**Data supplied:**

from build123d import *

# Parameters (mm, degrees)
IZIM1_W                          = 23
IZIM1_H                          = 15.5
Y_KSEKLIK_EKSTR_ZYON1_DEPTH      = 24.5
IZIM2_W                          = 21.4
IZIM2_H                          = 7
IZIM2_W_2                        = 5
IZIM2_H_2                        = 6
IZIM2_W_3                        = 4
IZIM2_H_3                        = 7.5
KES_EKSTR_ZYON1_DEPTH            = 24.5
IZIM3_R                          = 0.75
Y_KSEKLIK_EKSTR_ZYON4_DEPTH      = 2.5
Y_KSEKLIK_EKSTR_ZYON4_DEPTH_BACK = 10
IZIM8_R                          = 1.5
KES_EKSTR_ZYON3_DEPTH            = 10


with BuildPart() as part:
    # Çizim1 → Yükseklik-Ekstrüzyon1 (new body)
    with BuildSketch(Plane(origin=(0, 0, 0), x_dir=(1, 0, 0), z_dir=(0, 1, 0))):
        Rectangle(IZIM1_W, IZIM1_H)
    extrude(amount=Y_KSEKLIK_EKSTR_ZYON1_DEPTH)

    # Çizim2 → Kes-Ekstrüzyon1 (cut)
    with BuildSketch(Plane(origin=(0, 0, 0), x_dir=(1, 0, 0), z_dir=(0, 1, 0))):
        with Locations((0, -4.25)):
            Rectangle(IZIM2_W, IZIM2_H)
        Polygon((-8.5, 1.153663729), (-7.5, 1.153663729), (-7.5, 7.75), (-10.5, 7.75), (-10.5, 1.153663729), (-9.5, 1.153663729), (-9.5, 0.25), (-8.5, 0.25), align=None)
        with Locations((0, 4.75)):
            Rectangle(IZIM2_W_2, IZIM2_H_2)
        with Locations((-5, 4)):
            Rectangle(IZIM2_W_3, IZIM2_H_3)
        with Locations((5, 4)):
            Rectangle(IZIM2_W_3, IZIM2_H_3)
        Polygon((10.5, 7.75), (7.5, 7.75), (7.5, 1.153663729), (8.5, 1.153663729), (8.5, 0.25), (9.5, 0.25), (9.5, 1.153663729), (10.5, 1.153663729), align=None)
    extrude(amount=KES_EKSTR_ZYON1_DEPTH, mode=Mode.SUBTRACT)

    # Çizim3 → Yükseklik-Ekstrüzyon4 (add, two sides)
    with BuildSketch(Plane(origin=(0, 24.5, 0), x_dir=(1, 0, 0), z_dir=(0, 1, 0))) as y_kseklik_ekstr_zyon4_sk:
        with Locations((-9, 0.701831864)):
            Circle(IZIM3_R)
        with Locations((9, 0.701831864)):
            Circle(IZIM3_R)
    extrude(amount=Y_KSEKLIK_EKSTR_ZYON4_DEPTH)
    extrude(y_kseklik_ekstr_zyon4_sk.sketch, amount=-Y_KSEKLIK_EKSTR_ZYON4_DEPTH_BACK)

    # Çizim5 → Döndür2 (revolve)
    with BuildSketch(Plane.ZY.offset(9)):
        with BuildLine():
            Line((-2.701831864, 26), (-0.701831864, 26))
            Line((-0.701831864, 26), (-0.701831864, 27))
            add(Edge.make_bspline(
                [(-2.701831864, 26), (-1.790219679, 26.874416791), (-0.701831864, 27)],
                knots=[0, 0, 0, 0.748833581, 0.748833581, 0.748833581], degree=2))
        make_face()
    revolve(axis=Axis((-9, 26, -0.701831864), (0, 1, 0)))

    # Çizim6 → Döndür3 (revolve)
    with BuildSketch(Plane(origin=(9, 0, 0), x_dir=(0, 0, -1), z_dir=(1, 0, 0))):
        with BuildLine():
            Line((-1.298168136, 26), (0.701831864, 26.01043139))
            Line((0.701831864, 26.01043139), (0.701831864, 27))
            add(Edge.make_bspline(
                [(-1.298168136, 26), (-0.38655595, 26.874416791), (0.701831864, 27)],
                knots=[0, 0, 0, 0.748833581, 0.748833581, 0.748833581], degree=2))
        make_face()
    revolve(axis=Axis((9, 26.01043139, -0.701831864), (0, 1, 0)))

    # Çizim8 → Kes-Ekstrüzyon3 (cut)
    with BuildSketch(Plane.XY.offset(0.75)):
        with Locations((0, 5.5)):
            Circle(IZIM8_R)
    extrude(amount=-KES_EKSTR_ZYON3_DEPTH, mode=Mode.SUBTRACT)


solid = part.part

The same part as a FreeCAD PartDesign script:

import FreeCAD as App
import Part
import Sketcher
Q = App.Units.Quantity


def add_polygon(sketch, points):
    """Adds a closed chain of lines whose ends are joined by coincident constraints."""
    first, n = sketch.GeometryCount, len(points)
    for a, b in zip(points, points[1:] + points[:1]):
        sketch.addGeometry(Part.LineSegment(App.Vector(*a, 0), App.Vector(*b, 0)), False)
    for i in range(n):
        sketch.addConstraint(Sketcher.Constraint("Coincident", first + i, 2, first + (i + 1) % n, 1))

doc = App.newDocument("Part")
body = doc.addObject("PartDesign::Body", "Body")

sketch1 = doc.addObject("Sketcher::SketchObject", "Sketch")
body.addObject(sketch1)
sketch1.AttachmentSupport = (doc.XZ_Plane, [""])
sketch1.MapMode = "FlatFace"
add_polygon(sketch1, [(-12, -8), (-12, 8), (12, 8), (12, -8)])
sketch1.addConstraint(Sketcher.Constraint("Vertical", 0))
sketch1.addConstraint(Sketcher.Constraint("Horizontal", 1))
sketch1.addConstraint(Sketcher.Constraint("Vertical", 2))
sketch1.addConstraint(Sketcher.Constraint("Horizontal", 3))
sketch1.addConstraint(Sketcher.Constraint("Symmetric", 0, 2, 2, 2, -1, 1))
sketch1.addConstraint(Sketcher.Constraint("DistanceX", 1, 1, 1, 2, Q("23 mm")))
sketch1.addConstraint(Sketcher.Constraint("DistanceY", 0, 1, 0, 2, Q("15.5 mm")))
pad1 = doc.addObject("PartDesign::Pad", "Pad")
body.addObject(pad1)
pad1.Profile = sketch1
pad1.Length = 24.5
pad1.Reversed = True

...

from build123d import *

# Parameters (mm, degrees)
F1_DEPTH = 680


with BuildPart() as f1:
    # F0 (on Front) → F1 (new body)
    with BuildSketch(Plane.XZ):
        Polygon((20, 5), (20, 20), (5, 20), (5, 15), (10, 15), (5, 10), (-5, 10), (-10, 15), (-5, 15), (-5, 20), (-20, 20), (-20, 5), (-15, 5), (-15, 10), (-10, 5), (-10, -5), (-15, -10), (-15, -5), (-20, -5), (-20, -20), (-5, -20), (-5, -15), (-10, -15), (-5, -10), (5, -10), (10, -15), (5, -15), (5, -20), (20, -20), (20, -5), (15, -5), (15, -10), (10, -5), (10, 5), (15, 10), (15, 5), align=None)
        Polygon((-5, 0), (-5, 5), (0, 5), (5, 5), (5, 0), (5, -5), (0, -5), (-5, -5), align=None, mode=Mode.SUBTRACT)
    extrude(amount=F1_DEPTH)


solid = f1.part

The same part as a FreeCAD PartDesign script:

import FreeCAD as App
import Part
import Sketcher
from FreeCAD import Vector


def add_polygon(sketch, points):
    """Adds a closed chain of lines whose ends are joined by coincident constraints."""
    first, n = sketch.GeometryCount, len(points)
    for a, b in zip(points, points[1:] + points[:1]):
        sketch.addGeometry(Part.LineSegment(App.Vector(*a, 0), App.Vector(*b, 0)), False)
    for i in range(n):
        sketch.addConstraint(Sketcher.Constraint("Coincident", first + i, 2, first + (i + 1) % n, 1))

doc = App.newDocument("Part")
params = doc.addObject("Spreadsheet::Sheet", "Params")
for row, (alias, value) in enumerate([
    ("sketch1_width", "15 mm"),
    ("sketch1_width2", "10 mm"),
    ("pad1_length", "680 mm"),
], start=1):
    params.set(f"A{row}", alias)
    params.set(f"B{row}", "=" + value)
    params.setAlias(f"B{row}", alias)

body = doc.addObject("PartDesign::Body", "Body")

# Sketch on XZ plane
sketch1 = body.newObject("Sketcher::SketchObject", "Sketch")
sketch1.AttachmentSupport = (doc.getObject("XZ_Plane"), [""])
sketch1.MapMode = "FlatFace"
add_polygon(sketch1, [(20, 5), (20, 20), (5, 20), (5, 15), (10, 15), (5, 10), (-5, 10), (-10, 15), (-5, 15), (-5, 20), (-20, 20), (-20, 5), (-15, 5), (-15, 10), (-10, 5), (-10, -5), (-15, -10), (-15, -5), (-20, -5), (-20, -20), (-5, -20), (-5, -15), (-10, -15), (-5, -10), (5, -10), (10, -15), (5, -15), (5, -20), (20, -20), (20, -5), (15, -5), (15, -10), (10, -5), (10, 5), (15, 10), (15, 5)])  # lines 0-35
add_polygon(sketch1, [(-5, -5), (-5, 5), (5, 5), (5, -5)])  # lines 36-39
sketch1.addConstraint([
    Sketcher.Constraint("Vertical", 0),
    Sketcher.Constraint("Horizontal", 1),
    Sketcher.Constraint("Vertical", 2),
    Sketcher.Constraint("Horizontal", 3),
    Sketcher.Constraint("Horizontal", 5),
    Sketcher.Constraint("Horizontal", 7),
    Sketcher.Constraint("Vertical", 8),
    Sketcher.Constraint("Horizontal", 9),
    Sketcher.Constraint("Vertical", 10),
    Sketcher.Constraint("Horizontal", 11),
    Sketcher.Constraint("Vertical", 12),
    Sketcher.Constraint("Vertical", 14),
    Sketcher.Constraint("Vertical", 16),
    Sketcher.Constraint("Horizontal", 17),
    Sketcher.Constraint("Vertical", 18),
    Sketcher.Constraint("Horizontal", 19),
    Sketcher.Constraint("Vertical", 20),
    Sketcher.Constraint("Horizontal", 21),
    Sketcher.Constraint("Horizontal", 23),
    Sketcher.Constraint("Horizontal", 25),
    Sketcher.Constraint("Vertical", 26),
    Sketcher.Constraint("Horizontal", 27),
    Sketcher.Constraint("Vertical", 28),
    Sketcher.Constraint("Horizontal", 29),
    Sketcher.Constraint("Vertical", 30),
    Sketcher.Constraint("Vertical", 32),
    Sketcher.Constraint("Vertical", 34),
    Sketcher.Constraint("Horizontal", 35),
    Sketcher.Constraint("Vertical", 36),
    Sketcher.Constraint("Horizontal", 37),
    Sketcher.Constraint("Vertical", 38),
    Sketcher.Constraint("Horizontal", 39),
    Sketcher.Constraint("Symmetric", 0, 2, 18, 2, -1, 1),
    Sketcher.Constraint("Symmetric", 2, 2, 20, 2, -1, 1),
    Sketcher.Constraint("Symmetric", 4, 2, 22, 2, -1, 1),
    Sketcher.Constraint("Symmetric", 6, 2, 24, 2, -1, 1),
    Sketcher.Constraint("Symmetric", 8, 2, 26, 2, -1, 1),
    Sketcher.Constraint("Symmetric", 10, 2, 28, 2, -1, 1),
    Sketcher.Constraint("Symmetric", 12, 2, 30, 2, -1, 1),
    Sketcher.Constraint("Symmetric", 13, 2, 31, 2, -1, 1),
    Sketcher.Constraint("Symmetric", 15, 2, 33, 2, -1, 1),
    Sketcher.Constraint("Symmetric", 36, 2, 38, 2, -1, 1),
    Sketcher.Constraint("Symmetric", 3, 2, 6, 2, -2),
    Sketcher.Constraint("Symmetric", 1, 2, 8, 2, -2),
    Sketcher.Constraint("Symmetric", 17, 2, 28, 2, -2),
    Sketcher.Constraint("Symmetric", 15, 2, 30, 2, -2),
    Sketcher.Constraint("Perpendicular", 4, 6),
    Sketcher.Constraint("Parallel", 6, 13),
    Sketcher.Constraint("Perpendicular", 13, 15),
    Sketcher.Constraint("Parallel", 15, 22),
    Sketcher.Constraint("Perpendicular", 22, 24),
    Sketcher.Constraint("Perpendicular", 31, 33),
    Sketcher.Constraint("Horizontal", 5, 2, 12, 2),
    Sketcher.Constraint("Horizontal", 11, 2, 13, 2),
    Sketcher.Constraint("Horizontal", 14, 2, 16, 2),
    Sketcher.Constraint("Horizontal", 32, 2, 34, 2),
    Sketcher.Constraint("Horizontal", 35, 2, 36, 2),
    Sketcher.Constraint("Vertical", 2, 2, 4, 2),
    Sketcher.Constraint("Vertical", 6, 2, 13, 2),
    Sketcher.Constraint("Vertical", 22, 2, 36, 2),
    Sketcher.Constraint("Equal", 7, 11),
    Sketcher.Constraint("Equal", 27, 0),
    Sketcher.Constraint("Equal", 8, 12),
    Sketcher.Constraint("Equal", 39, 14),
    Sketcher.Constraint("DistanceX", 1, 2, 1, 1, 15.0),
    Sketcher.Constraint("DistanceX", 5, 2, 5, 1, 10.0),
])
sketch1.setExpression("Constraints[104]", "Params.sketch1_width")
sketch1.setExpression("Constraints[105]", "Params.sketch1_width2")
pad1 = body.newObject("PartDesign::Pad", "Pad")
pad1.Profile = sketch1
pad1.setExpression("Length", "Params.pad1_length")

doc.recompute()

---

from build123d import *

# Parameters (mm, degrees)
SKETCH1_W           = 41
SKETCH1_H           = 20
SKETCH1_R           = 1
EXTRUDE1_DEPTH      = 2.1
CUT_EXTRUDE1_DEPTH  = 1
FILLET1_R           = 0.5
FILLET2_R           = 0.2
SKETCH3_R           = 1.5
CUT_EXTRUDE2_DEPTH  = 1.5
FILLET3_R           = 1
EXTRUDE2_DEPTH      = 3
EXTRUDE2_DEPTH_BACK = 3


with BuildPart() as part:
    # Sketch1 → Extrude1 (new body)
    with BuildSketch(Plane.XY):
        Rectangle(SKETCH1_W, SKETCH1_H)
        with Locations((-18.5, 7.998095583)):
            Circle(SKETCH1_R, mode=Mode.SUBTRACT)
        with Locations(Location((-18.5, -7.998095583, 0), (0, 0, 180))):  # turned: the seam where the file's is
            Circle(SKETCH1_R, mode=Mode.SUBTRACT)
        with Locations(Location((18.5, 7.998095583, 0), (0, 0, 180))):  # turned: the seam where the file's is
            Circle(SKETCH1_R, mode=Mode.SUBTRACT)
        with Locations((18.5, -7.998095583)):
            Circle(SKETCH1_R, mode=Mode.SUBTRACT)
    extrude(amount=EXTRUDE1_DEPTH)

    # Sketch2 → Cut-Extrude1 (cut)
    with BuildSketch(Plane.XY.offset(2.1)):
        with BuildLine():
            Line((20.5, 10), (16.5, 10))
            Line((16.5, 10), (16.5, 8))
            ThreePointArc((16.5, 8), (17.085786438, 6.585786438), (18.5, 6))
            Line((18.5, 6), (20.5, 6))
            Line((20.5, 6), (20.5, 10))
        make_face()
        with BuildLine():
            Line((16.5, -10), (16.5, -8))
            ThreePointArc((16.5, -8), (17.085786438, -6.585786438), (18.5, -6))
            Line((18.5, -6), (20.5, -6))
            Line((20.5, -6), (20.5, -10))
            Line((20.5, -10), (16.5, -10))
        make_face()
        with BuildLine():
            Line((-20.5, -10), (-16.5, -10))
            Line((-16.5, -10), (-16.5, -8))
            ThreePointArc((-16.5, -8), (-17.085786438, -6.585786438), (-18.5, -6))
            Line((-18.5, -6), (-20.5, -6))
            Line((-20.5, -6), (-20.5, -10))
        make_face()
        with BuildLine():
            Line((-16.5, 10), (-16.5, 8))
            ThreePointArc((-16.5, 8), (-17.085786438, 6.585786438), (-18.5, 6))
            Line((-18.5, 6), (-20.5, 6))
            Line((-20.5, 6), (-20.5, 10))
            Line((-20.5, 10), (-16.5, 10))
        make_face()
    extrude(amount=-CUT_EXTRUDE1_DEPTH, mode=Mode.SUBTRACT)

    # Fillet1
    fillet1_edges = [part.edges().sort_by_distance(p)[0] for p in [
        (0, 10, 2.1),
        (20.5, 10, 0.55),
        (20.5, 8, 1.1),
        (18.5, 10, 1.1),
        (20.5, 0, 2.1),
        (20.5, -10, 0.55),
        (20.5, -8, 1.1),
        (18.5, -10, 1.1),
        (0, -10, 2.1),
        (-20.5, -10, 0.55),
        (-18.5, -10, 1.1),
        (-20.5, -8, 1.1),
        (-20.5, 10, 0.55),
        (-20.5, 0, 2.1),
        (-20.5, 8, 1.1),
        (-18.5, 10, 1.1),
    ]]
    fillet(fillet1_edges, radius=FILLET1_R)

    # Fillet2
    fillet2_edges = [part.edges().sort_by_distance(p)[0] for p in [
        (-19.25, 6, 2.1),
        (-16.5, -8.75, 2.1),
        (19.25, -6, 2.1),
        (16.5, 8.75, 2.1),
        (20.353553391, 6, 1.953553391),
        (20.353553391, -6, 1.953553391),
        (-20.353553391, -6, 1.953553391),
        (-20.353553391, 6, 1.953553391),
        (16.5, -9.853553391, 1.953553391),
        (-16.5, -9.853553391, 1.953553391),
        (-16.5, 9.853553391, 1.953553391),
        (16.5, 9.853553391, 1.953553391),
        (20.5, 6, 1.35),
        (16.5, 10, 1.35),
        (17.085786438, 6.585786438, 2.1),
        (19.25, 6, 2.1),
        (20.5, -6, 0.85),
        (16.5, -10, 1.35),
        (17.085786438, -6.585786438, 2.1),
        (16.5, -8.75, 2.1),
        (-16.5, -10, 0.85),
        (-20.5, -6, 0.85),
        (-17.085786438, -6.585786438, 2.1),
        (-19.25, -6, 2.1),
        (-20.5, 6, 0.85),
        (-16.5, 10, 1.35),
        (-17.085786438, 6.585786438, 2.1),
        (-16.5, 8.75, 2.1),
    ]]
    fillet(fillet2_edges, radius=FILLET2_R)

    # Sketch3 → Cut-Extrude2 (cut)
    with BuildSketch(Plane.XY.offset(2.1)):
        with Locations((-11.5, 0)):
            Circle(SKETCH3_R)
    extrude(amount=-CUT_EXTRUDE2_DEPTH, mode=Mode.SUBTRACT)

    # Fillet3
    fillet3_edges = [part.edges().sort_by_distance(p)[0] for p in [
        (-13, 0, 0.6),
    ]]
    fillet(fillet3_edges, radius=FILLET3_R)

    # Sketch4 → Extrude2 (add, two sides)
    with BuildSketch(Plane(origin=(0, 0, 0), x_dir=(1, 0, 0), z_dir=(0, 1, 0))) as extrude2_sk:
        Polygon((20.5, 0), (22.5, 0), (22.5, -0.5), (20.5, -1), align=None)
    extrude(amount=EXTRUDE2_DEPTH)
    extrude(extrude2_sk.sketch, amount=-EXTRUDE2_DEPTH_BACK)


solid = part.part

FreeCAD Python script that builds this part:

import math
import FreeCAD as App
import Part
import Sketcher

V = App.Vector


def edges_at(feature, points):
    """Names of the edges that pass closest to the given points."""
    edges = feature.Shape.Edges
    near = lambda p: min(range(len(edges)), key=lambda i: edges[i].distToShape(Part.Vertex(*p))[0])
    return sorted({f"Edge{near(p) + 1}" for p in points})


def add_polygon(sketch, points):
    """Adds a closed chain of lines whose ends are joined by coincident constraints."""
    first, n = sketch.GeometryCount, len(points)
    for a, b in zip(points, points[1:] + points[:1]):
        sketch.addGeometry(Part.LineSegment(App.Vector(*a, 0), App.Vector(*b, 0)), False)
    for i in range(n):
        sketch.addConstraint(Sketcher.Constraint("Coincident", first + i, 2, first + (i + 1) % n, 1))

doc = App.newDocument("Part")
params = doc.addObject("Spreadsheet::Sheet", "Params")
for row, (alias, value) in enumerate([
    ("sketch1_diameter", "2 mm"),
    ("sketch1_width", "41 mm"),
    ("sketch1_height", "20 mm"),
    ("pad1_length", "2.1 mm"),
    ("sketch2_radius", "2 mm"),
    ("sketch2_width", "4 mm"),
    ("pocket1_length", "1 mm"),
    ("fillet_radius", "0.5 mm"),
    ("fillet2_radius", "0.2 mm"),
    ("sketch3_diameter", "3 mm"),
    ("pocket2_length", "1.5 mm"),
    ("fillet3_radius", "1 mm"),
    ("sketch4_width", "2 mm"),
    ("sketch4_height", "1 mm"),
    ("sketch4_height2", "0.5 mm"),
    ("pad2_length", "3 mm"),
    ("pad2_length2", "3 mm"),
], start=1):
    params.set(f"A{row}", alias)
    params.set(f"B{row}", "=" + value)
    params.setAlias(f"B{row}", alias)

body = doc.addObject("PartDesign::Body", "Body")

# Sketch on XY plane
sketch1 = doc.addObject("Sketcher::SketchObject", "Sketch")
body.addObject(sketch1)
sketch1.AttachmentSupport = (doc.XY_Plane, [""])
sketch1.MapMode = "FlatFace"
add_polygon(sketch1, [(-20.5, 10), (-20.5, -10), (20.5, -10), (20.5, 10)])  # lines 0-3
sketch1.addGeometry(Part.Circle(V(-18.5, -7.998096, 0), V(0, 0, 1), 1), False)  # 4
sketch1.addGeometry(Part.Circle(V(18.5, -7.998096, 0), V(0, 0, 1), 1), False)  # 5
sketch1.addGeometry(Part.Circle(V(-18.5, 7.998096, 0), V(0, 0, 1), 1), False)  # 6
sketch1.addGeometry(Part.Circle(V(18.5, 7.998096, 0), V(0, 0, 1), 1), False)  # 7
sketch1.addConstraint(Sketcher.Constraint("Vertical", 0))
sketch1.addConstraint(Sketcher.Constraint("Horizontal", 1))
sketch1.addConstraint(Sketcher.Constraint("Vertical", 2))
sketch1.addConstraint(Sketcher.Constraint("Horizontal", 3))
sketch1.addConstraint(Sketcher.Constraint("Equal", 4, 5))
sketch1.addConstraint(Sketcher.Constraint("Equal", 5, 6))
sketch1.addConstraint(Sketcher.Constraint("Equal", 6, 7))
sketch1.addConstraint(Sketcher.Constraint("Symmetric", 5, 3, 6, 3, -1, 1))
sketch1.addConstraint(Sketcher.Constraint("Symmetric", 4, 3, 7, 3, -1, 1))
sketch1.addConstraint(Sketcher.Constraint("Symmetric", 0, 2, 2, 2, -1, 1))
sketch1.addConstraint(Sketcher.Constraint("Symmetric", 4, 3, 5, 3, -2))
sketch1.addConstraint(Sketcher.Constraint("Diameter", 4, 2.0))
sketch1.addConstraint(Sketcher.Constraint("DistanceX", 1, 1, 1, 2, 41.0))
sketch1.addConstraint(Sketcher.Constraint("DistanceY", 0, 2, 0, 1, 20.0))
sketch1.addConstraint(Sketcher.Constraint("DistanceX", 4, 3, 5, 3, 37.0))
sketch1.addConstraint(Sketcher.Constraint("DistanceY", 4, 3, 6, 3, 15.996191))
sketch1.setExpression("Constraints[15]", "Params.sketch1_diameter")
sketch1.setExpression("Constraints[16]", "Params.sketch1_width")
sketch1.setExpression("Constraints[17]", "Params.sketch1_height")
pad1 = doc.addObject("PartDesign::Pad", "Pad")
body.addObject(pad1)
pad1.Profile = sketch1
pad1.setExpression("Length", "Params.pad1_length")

**Your assignment:**
Please return every line of the material above that includes "None".

**Your response:**
        Polygon((-8.5, 1.153663729), (-7.5, 1.153663729), (-7.5, 7.75), (-10.5, 7.75), (-10.5, 1.153663729), (-9.5, 1.153663729), (-9.5, 0.25), (-8.5, 0.25), align=None)
        Polygon((10.5, 7.75), (7.5, 7.75), (7.5, 1.153663729), (8.5, 1.153663729), (8.5, 0.25), (9.5, 0.25), (9.5, 1.153663729), (10.5, 1.153663729), align=None)
        Polygon((20, 5), (20, 20), (5, 20), (5, 15), (10, 15), (5, 10), (-5, 10), (-10, 15), (-5, 15), (-5, 20), (-20, 20), (-20, 5), (-15, 5), (-15, 10), (-10, 5), (-10, -5), (-15, -10), (-15, -5), (-20, -5), (-20, -20), (-5, -20), (-5, -15), (-10, -15), (-5, -10), (5, -10), (10, -15), (5, -15), (5, -20), (20, -20), (20, -5), (15, -5), (15, -10), (10, -5), (10, 5), (15, 10), (15, 5), align=None)
        Polygon((-5, 0), (-5, 5), (0, 5), (5, 5), (5, 0), (5, -5), (0, -5), (-5, -5), align=None, mode=Mode.SUBTRACT)
        Polygon((20.5, 0), (22.5, 0), (22.5, -0.5), (20.5, -1), align=None)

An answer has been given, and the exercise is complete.